On the ward last week we had a small 14
year old boy admitted. He had a tumour on the back of his head, similar to the
actual size of his head. We expected his surgery to be very difficult, with a
potential massive blood loss, but with much prayer it was easier than anticipated
and he only required two units of blood- one of them was mine. The unit I
donated on my birthday.This boy is just one of the 15 patients sitting on that
ward who had large tumours or gaping holes in their faces that needed reconstruction.
During the week I was asked to print
out medical pre-operative photos of all the patients and put them in their
charts. As I stood at the end of the patient’s bed and looked at the pre-op
photo with the now tumour free patient sitting in front of me still recovering,
I wondered how it felt to be them. How does it feel to be given a free surgery
that removes a tumour that was growing slowly enough to eventually suffocate you?

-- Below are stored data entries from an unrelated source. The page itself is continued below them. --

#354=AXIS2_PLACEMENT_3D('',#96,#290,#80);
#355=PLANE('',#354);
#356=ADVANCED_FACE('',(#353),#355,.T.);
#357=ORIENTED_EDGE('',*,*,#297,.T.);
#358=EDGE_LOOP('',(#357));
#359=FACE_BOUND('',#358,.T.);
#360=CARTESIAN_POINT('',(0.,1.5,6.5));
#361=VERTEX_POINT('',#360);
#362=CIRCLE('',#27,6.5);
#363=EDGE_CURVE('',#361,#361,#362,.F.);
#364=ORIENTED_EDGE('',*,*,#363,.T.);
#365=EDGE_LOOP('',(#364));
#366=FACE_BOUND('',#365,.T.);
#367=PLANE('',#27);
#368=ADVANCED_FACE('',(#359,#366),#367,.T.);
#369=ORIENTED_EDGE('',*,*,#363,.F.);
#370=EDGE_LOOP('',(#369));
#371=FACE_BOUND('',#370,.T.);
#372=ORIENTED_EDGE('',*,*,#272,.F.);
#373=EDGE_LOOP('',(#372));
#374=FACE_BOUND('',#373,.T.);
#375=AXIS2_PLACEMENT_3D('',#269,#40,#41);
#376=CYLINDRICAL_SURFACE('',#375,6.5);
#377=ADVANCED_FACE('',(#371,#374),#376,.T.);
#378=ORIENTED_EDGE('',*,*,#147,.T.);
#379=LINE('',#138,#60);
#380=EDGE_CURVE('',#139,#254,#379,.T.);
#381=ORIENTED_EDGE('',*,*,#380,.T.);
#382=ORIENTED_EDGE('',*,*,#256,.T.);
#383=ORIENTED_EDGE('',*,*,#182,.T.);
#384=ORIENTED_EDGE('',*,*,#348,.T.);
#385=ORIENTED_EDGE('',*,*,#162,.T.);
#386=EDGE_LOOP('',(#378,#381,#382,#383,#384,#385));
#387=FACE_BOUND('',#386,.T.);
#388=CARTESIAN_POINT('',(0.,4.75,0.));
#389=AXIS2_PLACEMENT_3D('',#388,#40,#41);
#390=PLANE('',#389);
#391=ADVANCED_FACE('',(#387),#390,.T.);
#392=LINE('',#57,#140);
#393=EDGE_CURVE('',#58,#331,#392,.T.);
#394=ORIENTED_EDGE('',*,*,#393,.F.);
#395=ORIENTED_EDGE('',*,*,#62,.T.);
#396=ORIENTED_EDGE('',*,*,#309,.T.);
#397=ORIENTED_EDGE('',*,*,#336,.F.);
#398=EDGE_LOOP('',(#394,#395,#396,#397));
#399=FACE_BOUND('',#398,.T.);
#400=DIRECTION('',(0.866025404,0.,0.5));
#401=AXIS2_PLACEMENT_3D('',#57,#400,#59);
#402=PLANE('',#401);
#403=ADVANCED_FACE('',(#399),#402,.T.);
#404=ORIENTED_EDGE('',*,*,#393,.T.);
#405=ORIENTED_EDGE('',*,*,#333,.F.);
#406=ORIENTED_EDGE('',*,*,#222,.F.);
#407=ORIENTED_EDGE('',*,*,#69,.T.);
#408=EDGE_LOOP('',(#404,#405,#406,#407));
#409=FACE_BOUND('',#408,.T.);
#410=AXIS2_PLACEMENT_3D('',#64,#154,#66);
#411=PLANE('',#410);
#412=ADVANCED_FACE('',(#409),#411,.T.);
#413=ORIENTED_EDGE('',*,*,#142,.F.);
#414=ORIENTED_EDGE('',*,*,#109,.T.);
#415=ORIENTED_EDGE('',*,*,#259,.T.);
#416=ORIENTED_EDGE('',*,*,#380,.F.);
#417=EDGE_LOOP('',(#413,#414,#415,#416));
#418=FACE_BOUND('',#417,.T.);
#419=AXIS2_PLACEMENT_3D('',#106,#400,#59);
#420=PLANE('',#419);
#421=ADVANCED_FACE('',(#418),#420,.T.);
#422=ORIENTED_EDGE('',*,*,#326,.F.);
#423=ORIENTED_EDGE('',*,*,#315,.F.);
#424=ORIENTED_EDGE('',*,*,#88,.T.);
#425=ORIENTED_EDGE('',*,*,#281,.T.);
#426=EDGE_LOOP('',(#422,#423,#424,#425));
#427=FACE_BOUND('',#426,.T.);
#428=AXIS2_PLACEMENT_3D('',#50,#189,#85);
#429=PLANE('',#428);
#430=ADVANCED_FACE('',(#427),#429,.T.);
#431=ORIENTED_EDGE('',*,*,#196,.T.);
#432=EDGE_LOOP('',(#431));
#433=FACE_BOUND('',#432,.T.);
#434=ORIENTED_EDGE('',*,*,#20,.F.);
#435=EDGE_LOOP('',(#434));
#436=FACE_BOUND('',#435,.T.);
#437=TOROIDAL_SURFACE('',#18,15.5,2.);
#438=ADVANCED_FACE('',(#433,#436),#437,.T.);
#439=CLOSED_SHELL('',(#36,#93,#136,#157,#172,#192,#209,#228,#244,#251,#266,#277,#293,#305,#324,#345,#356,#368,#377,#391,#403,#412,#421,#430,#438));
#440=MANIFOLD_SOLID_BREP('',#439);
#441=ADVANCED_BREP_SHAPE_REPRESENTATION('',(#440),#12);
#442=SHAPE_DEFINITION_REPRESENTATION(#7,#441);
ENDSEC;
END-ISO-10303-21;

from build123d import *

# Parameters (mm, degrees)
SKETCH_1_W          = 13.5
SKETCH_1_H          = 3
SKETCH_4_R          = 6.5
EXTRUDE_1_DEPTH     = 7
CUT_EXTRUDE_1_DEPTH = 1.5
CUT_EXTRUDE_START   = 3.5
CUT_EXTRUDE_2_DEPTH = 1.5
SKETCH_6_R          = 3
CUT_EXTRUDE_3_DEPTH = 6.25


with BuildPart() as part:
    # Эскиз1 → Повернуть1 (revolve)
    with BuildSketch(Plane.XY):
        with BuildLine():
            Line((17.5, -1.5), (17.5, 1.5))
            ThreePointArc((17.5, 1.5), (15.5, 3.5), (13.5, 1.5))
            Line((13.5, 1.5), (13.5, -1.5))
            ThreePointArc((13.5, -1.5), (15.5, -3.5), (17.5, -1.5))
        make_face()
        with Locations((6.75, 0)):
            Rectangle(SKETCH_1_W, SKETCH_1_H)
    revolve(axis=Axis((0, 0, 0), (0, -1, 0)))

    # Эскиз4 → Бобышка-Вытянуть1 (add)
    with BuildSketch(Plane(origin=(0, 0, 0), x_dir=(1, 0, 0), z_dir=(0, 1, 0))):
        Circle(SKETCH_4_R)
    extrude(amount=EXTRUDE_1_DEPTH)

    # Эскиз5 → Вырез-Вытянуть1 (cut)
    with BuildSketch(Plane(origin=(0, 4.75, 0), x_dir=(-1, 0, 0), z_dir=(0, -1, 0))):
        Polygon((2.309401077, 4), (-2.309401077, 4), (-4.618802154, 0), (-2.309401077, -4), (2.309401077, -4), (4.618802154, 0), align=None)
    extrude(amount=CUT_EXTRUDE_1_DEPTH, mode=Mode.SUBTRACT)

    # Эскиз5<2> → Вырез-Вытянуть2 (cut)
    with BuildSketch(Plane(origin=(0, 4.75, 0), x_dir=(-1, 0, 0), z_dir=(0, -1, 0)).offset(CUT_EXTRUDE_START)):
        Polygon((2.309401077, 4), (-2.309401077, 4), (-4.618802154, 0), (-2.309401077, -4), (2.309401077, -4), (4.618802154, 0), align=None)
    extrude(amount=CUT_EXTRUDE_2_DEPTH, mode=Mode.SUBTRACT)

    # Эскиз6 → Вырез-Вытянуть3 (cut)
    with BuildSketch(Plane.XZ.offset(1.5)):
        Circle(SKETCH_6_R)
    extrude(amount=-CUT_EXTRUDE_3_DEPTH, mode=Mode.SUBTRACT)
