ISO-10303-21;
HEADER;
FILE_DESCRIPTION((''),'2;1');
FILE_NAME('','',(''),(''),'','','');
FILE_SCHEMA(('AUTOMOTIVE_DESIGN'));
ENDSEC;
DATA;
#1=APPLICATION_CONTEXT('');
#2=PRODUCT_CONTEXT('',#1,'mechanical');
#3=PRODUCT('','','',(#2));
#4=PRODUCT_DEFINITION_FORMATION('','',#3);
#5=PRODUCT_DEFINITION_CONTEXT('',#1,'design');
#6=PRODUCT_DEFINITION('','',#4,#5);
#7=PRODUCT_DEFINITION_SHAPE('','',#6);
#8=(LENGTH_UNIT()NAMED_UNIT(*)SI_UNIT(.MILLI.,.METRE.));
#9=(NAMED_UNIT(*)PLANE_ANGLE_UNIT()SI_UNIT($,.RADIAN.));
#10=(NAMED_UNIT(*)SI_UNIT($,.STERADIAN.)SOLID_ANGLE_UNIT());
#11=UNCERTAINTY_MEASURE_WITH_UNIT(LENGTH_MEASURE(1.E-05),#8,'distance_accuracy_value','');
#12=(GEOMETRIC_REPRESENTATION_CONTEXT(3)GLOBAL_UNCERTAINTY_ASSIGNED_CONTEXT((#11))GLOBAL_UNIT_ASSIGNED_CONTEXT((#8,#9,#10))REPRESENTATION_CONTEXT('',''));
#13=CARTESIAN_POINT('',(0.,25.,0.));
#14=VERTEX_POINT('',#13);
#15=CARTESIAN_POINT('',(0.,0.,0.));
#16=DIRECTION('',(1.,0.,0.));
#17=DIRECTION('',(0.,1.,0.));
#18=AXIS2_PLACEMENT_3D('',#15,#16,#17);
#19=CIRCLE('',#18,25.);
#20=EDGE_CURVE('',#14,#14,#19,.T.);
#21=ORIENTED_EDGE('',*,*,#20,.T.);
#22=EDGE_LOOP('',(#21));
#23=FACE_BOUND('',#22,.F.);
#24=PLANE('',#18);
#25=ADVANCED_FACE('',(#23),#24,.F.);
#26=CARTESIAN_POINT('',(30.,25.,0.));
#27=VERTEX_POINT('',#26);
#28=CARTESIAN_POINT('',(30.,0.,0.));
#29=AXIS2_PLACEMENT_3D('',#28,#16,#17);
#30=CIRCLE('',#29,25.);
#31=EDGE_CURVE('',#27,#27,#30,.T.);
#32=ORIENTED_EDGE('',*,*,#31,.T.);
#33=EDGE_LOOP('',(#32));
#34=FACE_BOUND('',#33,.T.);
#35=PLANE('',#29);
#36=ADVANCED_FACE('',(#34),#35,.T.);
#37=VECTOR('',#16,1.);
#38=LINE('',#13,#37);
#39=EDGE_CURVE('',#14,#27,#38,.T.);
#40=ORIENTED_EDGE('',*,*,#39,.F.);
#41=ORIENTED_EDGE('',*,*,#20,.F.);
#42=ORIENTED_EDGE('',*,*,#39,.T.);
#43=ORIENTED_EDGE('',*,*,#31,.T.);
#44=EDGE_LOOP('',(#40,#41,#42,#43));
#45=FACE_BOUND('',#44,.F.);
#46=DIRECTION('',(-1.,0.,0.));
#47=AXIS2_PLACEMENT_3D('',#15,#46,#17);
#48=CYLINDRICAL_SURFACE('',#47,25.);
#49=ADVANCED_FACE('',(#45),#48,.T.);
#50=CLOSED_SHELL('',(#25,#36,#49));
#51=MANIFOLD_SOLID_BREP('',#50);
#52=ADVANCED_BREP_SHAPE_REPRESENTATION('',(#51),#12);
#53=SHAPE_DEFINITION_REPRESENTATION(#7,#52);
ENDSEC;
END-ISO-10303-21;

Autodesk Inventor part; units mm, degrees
ref_plane "YZ Plane" through (0, 0, 0) normal (1, 0, 0) x (0, 1, 0)
ref_plane "XZ Plane" through (0, 0, 0) normal (0, 1, 0) x (-1, 0, 0)
ref_plane "XY Plane" through (0, 0, 0) normal (0, 0, 1) x (1, 0, 0)
sketch "Sketch1" plane through (0, 0, 0) normal (1, 0, 0) x (0, 1, 0)
  point P0 (0, 0)
sketch "Sketch2" plane through (0, 0, 0) normal (1, 0, 0) x (0, 1, 0)
  circle A0 centre (0, 0) radius 25
  dimension "d0" = 50
extrude "Extrusion1" add sketch "Sketch2" along normal blind 30
properties part number "lidar"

A procedure that many surgeons in these African countries do not know how to
do, or perhaps don’t have the equipment to perform them and even if they did,
could their anaesthesia team cope with the patient’s airway without so much
vital equipment? Then for the patient recovering on the wards, do the nurses
have the right skills to care for them, as patients in Western hospitals go into the ICU post-op? These
African hospitals are not set up for this sort of care, many of them barely have
running water. Almost every day I see surgeries that change lives like this, it
becomes normal.
For the few patients who I have seen
and cared for, struggling to breathe through the tumour that engulfs their face
and airway, it is almost impossible to describe the desperation written on
their faces. It is relief beyond measure that we can be the ones to remove that
tumour and bring life back into the patients. As hard as I try I cannot bring
enough words to mind to explain how it is to care for a patient like this. To
look at them in their one undistorted eye, past their nose that is stretched
beyond recognition and their mouth and lips so distorted by the tumour that you
wonder how they could have lived with this growth for so long. Some days I feel
like my heart will never recover from caring for these beloved people. I am
certain God has dropped a love in me beyond what I could humanly muster. Below is one of these patients, a woman named Olivienne, a sweet lady who I will never forget.

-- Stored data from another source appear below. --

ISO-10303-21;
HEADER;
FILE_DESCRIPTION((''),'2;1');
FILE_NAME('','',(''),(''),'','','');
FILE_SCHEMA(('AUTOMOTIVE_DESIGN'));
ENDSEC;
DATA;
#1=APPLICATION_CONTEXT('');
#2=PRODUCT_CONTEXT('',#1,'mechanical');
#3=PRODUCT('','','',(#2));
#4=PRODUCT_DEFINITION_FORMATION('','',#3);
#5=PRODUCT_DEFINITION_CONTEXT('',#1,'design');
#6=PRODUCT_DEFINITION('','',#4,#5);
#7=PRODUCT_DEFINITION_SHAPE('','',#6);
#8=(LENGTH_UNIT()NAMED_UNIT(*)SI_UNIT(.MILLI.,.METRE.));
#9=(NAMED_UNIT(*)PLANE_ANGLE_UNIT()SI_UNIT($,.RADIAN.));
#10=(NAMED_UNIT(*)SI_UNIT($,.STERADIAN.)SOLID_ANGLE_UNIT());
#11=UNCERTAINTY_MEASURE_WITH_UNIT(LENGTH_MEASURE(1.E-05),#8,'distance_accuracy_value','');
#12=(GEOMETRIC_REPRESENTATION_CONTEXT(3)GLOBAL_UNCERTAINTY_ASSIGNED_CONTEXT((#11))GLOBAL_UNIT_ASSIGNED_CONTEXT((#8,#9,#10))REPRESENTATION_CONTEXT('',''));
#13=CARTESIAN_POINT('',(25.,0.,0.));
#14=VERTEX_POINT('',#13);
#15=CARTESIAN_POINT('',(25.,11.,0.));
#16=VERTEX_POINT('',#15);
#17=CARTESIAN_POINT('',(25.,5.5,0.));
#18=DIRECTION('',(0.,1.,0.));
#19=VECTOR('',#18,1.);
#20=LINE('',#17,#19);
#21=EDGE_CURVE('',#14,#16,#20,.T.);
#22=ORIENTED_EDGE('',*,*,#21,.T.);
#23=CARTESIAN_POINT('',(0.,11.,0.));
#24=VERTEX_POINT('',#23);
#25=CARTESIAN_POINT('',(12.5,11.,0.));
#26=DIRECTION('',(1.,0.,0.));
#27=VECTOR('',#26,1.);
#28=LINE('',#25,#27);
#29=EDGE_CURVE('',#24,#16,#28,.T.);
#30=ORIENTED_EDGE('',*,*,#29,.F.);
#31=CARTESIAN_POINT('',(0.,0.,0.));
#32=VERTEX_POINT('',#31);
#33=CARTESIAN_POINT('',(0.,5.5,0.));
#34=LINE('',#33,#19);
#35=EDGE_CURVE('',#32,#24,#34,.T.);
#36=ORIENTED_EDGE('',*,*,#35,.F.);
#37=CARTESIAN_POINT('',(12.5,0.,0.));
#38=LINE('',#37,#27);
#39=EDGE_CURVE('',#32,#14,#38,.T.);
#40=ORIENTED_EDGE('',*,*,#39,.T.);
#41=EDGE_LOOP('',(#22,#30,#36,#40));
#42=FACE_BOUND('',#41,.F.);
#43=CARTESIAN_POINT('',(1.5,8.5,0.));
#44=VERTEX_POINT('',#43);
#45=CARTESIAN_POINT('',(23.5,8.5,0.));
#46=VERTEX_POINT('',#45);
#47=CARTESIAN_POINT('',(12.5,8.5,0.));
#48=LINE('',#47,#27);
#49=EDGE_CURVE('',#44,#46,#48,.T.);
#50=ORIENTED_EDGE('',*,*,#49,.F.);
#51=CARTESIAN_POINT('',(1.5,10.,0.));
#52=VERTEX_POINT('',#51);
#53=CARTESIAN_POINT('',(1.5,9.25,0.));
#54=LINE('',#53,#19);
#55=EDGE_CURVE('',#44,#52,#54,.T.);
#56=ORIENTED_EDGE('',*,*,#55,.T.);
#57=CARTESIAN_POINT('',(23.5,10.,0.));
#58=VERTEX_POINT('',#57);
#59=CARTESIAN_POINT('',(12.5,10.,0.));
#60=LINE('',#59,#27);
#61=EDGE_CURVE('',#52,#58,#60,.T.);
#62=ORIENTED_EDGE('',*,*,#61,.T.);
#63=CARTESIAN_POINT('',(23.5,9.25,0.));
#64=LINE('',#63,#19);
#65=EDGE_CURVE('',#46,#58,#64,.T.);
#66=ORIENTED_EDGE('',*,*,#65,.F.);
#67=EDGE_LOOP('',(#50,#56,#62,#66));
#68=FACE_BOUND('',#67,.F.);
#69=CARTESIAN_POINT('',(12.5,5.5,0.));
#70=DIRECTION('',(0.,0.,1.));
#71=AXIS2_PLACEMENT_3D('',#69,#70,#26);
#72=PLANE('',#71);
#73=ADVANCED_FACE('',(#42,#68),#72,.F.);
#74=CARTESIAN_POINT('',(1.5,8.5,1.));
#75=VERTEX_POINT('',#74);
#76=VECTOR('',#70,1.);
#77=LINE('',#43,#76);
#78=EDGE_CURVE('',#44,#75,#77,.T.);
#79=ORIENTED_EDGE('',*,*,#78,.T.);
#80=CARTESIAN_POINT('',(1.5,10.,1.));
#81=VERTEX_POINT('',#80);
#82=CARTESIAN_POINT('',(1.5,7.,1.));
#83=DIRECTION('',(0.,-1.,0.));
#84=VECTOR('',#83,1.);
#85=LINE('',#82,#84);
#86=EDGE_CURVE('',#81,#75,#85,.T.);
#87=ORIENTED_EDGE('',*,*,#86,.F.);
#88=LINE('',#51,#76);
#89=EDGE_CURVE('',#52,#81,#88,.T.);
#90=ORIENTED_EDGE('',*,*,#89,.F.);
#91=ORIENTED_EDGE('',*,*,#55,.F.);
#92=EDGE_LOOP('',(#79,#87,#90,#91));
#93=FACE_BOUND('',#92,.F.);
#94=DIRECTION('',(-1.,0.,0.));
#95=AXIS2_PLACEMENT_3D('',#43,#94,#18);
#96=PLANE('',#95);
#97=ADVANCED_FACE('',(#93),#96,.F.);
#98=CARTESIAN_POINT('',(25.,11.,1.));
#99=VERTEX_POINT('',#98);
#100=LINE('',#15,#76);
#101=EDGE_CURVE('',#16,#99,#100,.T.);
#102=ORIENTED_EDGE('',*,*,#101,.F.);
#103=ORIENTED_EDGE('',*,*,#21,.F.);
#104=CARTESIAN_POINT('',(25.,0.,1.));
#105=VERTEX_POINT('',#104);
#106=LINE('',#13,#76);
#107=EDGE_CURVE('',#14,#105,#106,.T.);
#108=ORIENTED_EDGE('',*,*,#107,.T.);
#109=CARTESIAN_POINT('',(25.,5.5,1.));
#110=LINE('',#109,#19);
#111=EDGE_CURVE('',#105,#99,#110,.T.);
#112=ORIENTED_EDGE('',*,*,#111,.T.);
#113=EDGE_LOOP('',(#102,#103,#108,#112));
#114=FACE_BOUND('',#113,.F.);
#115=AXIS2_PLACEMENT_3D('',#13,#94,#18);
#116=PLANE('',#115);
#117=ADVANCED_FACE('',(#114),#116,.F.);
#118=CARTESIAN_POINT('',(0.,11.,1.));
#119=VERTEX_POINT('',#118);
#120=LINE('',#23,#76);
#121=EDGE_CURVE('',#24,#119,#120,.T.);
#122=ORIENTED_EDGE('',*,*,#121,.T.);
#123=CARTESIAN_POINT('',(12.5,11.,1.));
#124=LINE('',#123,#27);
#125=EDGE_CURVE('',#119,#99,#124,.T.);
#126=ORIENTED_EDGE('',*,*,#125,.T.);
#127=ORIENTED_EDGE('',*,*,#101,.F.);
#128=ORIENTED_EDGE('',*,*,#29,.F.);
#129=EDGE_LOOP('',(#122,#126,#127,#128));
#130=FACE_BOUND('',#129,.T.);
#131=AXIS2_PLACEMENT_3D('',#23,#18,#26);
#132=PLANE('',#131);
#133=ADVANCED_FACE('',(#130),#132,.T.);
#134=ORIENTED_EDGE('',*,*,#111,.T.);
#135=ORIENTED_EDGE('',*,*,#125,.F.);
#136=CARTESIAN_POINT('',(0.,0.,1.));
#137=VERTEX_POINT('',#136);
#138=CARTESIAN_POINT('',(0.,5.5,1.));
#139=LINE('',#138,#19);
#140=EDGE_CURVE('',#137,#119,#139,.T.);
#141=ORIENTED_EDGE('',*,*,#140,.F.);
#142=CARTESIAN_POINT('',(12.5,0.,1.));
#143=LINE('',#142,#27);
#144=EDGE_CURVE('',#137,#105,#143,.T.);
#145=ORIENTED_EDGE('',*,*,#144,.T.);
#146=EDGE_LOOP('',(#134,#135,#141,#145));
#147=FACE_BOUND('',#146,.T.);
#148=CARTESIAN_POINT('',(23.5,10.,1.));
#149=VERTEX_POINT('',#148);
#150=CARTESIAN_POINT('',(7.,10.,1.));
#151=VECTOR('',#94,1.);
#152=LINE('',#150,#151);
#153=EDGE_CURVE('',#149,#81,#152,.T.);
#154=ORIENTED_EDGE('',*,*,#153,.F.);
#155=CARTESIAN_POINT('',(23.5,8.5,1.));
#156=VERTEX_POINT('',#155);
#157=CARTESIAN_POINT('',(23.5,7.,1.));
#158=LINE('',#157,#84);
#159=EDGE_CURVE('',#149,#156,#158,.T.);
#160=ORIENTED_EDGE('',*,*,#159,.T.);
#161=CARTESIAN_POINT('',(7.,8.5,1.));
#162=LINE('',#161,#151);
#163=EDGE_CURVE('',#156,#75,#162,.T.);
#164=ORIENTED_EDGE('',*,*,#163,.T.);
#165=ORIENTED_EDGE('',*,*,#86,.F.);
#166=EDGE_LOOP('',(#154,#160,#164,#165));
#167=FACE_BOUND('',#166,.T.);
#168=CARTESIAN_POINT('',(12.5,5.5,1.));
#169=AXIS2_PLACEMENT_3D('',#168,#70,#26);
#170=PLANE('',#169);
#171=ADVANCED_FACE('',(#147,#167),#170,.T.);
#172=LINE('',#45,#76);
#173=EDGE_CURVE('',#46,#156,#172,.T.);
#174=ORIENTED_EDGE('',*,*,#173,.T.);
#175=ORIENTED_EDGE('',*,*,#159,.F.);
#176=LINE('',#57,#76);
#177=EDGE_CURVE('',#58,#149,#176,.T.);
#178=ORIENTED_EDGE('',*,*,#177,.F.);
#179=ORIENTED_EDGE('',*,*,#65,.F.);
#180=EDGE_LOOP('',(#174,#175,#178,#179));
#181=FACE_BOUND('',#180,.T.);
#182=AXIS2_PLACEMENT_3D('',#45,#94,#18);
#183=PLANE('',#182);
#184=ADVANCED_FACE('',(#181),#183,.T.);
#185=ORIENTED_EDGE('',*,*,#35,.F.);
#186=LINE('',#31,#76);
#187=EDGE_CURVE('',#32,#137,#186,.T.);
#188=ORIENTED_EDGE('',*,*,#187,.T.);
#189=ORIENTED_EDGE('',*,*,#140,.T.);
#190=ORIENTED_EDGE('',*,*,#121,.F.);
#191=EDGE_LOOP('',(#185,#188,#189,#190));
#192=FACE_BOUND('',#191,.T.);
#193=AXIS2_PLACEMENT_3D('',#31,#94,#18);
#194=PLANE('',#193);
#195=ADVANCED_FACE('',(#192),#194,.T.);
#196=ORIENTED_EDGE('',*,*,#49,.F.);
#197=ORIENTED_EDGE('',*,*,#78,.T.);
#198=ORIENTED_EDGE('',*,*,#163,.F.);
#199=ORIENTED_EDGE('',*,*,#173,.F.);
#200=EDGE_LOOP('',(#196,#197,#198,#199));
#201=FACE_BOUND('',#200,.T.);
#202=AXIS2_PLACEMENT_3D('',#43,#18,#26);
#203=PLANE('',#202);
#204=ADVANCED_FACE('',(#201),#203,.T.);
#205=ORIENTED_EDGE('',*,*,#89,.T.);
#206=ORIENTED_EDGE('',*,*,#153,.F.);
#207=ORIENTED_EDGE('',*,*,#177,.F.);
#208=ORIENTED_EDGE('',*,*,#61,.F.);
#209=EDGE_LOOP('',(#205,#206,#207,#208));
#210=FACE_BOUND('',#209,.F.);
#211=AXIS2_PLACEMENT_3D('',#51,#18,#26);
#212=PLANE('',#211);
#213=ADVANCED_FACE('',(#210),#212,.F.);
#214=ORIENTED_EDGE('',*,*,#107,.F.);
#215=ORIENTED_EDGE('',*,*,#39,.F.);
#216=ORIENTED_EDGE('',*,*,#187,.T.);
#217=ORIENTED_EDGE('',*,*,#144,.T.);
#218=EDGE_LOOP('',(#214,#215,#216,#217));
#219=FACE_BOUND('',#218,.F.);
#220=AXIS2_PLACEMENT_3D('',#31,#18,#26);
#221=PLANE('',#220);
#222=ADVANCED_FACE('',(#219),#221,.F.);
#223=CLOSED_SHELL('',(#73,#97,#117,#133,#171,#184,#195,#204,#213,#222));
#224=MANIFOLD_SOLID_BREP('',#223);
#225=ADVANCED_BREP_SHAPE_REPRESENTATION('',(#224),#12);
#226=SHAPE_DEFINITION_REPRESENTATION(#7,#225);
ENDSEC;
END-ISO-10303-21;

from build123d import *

# Parameters (mm, degrees)
BOX163_W     = 22
BOX163_H     = 1.5
BOX163_DEPTH = 2
BOX161_W     = 25
BOX161_H     = 11
BOX161_DEPTH = 1


with BuildPart() as longledhole015:
    # Box163 → Box163 (new body)
    with BuildSketch(Plane(origin=(1.5, 8.5, 0), x_dir=(1, 0, 0), z_dir=(0, 0, 1))):
        with Locations((11, 0.75)):
            Rectangle(BOX163_W, BOX163_H)
    extrude(amount=BOX163_DEPTH)


with BuildPart() as cut032:
    # Box161 → Box161 (new body)
    with BuildSketch(Plane.XY):
        with Locations((12.5, 5.5)):
            Rectangle(BOX161_W, BOX161_H)
    extrude(amount=BOX161_DEPTH)

    # Cut032: cut LongLedHole015
    add(longledhole015.part, mode=Mode.SUBTRACT)


solid = cut032.part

Olivienne after surgery and her husband who helped care for her |
Tirzah and Faharoa, a spunky little girl who we see frequently |
Last Monday the crew from the Africa
Mercy were shuttled over in the pouring rain to the OM ship the Logos Hope for
a worship night. It was so amazing to worship with another organisation who
love Jesus and work for him and on a ship too! I stood in a packed room,
brimming over with praise for who God is. Hands raised and voices singing,
hearts wide open in awe of the God whom we worship. It was truly a piece of
heaven to be engulfed in worship, surrounded by friends from more than 60
nations. The Logos Hope has been docked in the same port as us for the last three weeks and it has been wonderful to meet and encourage each other.
And so it seems that this far from
normal life, is my life. So, no matter what this new year brings I will reach
forward, determined to embrace it with enthusiasm and a little sparkle.